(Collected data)
■ ■ ■ ■ ■

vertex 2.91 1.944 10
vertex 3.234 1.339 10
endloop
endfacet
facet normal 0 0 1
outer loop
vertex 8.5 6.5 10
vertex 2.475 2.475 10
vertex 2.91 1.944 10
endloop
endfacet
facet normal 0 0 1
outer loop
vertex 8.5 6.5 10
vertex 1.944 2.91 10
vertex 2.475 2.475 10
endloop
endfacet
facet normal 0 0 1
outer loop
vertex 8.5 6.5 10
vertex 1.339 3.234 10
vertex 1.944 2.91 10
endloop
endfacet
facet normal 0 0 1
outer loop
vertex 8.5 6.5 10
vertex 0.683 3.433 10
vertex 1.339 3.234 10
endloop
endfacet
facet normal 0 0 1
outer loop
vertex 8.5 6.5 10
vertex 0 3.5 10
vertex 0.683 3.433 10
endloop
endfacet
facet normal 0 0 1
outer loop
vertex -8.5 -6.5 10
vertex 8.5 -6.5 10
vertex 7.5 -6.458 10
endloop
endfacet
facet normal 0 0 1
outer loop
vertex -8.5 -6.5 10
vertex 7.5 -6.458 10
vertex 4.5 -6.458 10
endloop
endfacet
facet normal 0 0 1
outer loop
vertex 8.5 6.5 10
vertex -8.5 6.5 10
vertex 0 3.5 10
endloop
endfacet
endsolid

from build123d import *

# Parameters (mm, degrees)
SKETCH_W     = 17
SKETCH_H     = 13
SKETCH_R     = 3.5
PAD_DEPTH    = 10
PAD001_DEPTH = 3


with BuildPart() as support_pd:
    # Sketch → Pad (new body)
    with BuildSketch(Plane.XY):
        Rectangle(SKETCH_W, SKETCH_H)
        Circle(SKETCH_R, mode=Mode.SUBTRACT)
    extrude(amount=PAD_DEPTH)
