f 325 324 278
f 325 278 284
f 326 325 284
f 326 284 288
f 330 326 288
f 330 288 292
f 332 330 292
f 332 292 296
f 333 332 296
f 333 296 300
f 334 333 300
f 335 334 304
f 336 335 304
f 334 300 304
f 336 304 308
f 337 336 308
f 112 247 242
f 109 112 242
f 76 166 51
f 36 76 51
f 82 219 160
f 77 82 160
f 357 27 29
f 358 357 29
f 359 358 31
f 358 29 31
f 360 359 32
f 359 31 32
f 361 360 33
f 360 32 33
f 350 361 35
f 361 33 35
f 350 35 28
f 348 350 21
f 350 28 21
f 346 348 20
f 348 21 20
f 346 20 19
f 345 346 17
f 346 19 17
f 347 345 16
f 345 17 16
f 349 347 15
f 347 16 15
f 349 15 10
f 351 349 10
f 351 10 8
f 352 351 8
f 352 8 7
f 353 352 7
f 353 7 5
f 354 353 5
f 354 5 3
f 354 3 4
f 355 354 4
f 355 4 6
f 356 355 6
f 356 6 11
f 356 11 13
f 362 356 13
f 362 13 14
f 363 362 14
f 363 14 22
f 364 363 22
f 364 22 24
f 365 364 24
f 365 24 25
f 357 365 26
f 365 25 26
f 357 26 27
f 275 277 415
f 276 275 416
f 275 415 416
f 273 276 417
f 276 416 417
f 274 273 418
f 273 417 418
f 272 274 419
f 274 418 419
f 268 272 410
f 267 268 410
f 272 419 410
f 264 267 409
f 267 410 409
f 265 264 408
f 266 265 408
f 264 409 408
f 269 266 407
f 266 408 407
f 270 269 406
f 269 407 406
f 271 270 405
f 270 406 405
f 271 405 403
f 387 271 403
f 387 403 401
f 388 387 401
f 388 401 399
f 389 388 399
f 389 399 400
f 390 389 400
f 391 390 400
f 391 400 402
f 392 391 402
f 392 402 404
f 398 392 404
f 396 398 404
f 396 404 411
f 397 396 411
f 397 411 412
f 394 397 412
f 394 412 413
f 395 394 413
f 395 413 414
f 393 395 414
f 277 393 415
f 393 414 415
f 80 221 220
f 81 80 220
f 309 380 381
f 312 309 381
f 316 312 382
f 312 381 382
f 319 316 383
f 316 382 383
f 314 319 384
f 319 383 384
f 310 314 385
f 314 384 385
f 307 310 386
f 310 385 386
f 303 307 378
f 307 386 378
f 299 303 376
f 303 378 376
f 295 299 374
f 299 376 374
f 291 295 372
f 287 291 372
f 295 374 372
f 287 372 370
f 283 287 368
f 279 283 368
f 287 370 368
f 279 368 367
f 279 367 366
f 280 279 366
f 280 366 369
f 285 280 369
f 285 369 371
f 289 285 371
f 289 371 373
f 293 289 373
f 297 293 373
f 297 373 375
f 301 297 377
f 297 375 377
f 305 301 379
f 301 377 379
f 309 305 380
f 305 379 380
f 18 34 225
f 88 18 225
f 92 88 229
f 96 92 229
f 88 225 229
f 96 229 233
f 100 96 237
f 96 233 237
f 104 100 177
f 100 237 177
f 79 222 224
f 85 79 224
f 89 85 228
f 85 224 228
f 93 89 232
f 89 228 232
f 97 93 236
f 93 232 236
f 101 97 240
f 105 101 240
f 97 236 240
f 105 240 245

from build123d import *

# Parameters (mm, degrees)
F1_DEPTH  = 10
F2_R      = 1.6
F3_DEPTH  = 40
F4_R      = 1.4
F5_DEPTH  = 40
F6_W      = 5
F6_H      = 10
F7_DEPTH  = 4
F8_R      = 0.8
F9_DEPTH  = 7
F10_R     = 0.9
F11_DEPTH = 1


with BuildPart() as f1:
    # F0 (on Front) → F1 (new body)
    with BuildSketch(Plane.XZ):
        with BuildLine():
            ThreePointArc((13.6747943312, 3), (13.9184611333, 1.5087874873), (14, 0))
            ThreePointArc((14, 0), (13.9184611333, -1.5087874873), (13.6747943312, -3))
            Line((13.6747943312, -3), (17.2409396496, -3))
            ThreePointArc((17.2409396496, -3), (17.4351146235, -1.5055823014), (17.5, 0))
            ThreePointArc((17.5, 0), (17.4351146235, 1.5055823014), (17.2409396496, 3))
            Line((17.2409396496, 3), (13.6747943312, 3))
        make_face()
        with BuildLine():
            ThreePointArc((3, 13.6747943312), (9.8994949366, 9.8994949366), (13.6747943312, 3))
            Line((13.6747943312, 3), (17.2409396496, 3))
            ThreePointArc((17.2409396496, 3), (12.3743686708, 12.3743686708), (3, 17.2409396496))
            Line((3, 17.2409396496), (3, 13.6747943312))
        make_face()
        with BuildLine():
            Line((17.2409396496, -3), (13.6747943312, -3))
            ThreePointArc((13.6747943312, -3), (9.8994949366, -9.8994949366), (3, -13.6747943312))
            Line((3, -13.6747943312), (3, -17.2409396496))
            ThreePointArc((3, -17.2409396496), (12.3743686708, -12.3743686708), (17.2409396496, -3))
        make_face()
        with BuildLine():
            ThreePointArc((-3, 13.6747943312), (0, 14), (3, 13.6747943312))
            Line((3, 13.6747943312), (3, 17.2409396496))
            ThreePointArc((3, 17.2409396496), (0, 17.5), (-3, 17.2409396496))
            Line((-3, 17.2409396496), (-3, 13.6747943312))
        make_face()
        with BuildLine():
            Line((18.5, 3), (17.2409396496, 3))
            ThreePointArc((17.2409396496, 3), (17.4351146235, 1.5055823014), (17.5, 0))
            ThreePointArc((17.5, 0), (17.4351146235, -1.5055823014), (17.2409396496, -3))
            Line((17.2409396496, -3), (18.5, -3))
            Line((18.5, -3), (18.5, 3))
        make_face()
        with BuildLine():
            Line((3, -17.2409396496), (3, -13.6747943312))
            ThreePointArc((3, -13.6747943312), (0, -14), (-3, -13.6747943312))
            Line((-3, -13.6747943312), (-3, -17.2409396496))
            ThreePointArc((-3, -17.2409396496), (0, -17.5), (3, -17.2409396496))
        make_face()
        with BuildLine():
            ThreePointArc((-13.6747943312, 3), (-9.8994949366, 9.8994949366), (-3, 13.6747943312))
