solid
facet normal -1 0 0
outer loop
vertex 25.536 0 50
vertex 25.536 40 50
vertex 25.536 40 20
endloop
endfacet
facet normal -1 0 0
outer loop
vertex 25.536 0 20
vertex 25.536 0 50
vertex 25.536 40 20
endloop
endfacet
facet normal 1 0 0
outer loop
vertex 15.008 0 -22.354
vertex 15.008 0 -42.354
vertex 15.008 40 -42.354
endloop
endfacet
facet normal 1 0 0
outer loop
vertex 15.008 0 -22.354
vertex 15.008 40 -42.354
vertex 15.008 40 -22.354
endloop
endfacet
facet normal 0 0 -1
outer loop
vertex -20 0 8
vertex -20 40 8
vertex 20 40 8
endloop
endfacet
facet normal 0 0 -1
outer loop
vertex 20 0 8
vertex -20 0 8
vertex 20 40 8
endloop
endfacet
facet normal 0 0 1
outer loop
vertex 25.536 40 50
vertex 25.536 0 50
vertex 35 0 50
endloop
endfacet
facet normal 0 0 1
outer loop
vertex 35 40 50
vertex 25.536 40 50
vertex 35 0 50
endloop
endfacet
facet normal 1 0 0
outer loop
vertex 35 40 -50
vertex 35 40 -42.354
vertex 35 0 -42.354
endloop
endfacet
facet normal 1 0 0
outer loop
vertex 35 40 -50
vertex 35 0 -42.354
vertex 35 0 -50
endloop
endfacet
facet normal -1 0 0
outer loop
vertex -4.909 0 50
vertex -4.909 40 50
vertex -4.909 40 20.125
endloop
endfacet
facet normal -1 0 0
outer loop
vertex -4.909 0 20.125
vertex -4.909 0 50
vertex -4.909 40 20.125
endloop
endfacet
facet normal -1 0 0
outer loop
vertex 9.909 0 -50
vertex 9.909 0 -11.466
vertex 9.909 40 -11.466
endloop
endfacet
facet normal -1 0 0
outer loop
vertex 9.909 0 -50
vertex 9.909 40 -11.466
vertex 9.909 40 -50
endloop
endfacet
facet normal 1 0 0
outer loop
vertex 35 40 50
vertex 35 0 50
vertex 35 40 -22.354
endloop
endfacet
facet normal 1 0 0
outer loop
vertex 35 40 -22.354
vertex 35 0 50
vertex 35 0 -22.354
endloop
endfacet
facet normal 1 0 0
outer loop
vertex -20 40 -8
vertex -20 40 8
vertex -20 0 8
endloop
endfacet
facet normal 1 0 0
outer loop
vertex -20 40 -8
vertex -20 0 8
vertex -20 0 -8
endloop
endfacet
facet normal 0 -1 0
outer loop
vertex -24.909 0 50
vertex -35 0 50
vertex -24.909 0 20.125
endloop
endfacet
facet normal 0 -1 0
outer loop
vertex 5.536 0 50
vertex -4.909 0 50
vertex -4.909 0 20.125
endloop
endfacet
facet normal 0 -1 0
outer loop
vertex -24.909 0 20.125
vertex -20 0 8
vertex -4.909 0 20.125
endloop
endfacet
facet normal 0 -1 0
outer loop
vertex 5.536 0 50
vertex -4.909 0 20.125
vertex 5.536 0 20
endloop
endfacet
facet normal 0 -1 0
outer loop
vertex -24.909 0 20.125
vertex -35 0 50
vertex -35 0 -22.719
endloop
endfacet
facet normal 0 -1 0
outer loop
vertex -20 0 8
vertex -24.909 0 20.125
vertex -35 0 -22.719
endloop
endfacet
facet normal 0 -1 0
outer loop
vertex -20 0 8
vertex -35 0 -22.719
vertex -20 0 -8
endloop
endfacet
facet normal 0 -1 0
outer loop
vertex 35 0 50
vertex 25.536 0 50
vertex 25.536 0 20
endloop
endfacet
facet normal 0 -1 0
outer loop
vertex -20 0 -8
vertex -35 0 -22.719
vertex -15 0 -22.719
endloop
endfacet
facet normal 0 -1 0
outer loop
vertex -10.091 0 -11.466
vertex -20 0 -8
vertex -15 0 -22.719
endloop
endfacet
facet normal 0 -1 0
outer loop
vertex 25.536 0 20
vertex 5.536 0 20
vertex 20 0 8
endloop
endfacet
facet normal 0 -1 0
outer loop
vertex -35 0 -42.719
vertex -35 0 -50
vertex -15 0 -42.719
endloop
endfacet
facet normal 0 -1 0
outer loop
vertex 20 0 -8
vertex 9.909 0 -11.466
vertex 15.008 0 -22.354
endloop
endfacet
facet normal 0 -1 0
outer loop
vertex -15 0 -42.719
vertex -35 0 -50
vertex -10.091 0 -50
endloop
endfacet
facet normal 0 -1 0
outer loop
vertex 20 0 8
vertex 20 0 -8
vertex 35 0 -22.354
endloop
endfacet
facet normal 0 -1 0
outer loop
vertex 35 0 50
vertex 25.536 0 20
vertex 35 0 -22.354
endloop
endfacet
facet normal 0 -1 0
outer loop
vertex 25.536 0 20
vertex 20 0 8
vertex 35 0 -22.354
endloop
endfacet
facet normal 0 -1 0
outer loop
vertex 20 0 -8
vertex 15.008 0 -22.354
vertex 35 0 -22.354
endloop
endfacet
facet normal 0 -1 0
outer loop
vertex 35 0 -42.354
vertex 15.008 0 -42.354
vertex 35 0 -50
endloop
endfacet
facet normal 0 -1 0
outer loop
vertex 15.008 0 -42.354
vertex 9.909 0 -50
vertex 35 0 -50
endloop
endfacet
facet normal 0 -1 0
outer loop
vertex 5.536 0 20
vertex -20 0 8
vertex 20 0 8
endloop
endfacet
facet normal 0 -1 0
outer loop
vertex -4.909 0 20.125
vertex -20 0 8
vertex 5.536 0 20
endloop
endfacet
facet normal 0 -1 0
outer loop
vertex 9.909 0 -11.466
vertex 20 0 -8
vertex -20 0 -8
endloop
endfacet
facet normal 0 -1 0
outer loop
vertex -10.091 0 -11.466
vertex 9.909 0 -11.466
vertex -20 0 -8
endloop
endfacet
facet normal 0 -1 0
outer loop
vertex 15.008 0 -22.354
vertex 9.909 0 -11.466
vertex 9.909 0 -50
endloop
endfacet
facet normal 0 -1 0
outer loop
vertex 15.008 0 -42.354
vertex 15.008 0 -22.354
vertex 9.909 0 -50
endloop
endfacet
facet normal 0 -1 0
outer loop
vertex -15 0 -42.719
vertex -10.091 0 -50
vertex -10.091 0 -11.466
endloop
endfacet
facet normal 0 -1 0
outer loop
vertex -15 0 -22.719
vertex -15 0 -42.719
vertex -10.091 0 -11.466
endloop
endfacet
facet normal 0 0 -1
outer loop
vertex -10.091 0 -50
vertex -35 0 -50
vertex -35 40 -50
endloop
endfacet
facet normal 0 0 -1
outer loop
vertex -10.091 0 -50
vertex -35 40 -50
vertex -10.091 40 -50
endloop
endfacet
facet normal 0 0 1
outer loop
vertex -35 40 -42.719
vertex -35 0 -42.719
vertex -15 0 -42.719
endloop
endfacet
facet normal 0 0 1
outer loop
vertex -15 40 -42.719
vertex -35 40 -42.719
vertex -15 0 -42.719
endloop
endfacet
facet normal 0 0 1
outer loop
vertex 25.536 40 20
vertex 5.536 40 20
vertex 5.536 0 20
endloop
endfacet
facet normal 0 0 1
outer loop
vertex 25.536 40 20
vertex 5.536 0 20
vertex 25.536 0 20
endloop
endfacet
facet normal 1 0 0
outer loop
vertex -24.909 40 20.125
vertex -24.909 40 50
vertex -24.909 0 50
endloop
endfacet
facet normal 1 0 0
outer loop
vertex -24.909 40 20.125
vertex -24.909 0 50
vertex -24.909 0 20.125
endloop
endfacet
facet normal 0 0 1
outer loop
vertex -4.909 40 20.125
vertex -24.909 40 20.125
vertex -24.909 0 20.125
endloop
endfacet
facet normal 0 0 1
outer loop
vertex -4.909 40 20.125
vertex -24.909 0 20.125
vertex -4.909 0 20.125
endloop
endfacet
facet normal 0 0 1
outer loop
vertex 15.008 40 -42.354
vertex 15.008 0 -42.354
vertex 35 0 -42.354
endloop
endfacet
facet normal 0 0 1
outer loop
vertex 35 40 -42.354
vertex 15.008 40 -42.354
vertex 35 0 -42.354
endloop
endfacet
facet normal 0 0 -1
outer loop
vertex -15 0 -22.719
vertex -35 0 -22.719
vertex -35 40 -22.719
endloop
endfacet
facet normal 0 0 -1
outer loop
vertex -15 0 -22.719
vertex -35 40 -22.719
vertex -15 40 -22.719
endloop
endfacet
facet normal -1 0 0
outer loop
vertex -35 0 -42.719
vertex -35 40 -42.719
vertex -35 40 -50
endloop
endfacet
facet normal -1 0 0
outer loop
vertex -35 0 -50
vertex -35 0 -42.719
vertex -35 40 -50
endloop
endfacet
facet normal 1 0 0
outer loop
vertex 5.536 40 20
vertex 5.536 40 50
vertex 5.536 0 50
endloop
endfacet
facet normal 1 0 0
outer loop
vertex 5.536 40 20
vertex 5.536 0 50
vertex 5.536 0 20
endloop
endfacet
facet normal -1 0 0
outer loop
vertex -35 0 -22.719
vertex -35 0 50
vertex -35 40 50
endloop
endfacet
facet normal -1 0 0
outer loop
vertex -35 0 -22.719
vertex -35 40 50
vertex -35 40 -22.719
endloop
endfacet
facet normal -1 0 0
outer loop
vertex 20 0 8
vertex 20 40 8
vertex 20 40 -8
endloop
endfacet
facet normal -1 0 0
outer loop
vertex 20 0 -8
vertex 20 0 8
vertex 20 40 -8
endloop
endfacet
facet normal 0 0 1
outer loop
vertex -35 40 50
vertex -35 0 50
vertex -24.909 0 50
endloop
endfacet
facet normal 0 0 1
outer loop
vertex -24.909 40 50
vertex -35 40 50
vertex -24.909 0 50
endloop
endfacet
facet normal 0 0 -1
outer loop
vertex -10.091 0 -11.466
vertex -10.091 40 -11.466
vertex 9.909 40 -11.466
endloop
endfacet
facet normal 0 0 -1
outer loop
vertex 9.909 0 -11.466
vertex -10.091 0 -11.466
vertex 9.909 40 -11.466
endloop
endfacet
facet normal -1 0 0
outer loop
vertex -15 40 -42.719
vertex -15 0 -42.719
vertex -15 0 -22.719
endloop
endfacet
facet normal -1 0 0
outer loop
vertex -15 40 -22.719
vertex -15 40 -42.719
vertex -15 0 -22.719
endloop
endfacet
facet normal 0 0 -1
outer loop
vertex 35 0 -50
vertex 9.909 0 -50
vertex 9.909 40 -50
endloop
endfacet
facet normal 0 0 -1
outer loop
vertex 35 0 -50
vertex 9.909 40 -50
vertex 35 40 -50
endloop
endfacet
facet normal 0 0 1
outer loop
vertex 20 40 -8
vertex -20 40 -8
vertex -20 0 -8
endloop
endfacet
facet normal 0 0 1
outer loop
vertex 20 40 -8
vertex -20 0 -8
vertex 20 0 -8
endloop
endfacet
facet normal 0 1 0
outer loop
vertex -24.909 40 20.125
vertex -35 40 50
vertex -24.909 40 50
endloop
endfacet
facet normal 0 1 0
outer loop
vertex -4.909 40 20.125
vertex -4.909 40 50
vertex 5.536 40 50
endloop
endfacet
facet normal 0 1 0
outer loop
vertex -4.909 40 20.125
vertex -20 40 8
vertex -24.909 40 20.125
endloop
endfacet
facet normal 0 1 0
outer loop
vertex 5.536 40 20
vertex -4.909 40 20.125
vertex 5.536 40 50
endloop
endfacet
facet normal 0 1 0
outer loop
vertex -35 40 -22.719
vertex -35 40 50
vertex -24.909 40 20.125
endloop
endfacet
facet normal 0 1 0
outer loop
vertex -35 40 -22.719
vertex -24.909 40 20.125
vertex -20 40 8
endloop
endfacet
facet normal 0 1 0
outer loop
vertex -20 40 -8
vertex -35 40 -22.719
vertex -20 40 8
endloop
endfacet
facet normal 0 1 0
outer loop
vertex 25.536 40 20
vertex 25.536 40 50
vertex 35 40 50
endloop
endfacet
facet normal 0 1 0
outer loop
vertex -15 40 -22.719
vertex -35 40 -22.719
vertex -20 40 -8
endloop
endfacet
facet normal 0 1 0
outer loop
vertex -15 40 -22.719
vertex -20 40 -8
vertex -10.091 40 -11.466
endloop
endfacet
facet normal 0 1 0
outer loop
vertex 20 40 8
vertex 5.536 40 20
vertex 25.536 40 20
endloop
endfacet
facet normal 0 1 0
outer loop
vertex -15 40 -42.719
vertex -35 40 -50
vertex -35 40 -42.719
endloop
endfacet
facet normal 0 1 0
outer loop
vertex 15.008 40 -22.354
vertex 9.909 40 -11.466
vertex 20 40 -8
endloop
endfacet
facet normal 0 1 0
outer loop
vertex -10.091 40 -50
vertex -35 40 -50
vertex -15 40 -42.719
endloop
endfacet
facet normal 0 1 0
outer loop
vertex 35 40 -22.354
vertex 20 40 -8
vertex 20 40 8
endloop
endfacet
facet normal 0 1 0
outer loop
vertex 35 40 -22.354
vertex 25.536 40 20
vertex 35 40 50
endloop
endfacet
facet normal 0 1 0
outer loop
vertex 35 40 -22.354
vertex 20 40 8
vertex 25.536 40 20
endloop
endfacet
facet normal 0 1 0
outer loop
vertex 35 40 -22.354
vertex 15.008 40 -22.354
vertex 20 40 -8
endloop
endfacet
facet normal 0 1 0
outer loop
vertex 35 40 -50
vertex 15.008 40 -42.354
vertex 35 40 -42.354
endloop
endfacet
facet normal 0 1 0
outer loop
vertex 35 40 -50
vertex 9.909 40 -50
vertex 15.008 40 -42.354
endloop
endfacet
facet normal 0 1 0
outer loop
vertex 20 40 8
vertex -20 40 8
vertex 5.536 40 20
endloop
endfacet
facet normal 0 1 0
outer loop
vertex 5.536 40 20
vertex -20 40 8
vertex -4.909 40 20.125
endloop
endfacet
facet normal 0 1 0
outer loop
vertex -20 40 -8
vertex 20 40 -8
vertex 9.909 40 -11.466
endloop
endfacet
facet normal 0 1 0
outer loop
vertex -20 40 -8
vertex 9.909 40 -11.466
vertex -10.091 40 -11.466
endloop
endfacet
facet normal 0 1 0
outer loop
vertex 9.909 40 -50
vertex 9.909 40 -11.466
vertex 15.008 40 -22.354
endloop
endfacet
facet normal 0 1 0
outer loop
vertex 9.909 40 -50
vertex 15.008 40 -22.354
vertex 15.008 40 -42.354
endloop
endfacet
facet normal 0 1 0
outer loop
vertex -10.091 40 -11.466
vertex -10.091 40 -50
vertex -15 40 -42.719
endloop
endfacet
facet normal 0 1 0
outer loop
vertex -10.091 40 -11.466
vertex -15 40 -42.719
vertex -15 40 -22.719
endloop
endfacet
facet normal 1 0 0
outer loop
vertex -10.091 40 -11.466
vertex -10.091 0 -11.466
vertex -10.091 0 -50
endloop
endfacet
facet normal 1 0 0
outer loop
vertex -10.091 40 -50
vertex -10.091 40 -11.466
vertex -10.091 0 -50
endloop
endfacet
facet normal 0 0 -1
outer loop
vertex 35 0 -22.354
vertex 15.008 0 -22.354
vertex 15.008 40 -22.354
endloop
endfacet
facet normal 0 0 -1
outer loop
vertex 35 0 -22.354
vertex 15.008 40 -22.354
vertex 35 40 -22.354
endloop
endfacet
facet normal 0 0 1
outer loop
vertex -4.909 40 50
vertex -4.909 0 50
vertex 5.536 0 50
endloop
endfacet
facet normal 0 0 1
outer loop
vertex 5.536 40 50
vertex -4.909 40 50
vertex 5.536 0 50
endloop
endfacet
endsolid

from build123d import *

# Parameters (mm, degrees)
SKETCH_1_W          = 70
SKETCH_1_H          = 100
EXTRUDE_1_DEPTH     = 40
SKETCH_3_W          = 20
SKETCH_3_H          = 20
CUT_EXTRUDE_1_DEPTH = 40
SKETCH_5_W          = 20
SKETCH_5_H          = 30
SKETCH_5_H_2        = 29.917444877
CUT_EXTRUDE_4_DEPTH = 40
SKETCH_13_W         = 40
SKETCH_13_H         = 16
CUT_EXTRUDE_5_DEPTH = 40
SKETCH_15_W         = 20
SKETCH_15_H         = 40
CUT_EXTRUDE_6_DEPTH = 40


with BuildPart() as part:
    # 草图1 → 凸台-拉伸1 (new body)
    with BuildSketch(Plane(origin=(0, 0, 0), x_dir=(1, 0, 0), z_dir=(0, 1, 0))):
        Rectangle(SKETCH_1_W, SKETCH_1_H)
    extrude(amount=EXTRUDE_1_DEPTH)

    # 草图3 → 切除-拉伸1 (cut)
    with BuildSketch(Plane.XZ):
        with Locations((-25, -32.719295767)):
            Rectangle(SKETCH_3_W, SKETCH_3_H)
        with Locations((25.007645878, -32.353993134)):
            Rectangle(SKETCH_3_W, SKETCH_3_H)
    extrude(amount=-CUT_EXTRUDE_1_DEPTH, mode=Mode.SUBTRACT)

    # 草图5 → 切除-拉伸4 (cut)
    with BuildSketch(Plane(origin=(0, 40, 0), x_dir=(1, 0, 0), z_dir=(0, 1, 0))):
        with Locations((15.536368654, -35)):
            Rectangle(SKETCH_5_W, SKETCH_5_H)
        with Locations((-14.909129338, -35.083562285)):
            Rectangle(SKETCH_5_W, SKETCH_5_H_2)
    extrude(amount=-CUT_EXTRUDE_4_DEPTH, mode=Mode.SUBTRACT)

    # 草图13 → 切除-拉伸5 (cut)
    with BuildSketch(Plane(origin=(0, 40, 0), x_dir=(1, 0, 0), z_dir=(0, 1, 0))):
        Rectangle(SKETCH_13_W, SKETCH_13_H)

■ ■ ■ ■ ■

▶ WORK TO COMPLETE
Please reproduce, exactly as written, the lines of the records from the first line through the one containing "f 109 112 242".

▶ REPLY
vertex 2.91 1.944 10
vertex 3.234 1.339 10
endloop
endfacet
facet normal 0 0 1
outer loop
vertex 8.5 6.5 10
vertex 2.475 2.475 10
vertex 2.91 1.944 10
endloop
endfacet
facet normal 0 0 1
outer loop
vertex 8.5 6.5 10
vertex 1.944 2.91 10
vertex 2.475 2.475 10
endloop
endfacet
facet normal 0 0 1
outer loop
vertex 8.5 6.5 10
vertex 1.339 3.234 10
vertex 1.944 2.91 10
endloop
endfacet
facet normal 0 0 1
outer loop
vertex 8.5 6.5 10
vertex 0.683 3.433 10
vertex 1.339 3.234 10
endloop
endfacet
facet normal 0 0 1
outer loop
vertex 8.5 6.5 10
vertex 0 3.5 10
vertex 0.683 3.433 10
endloop
endfacet
facet normal 0 0 1
outer loop
vertex -8.5 -6.5 10
vertex 8.5 -6.5 10
vertex 7.5 -6.458 10
endloop
endfacet
facet normal 0 0 1
outer loop
vertex -8.5 -6.5 10
vertex 7.5 -6.458 10
vertex 4.5 -6.458 10
endloop
endfacet
facet normal 0 0 1
outer loop
vertex 8.5 6.5 10
vertex -8.5 6.5 10
vertex 0 3.5 10
endloop
endfacet
endsolid

from build123d import *

# Parameters (mm, degrees)
SKETCH_W     = 17
SKETCH_H     = 13
SKETCH_R     = 3.5
PAD_DEPTH    = 10
PAD001_DEPTH = 3


with BuildPart() as support_pd:
    # Sketch → Pad (new body)
    with BuildSketch(Plane.XY):
        Rectangle(SKETCH_W, SKETCH_H)
        Circle(SKETCH_R, mode=Mode.SUBTRACT)
    extrude(amount=PAD_DEPTH)
f 325 324 278
f 325 278 284
f 326 325 284
f 326 284 288
f 330 326 288
f 330 288 292
f 332 330 292
f 332 292 296
f 333 332 296
f 333 296 300
f 334 333 300
f 335 334 304
f 336 335 304
f 334 300 304
f 336 304 308
f 337 336 308
f 112 247 242
f 109 112 242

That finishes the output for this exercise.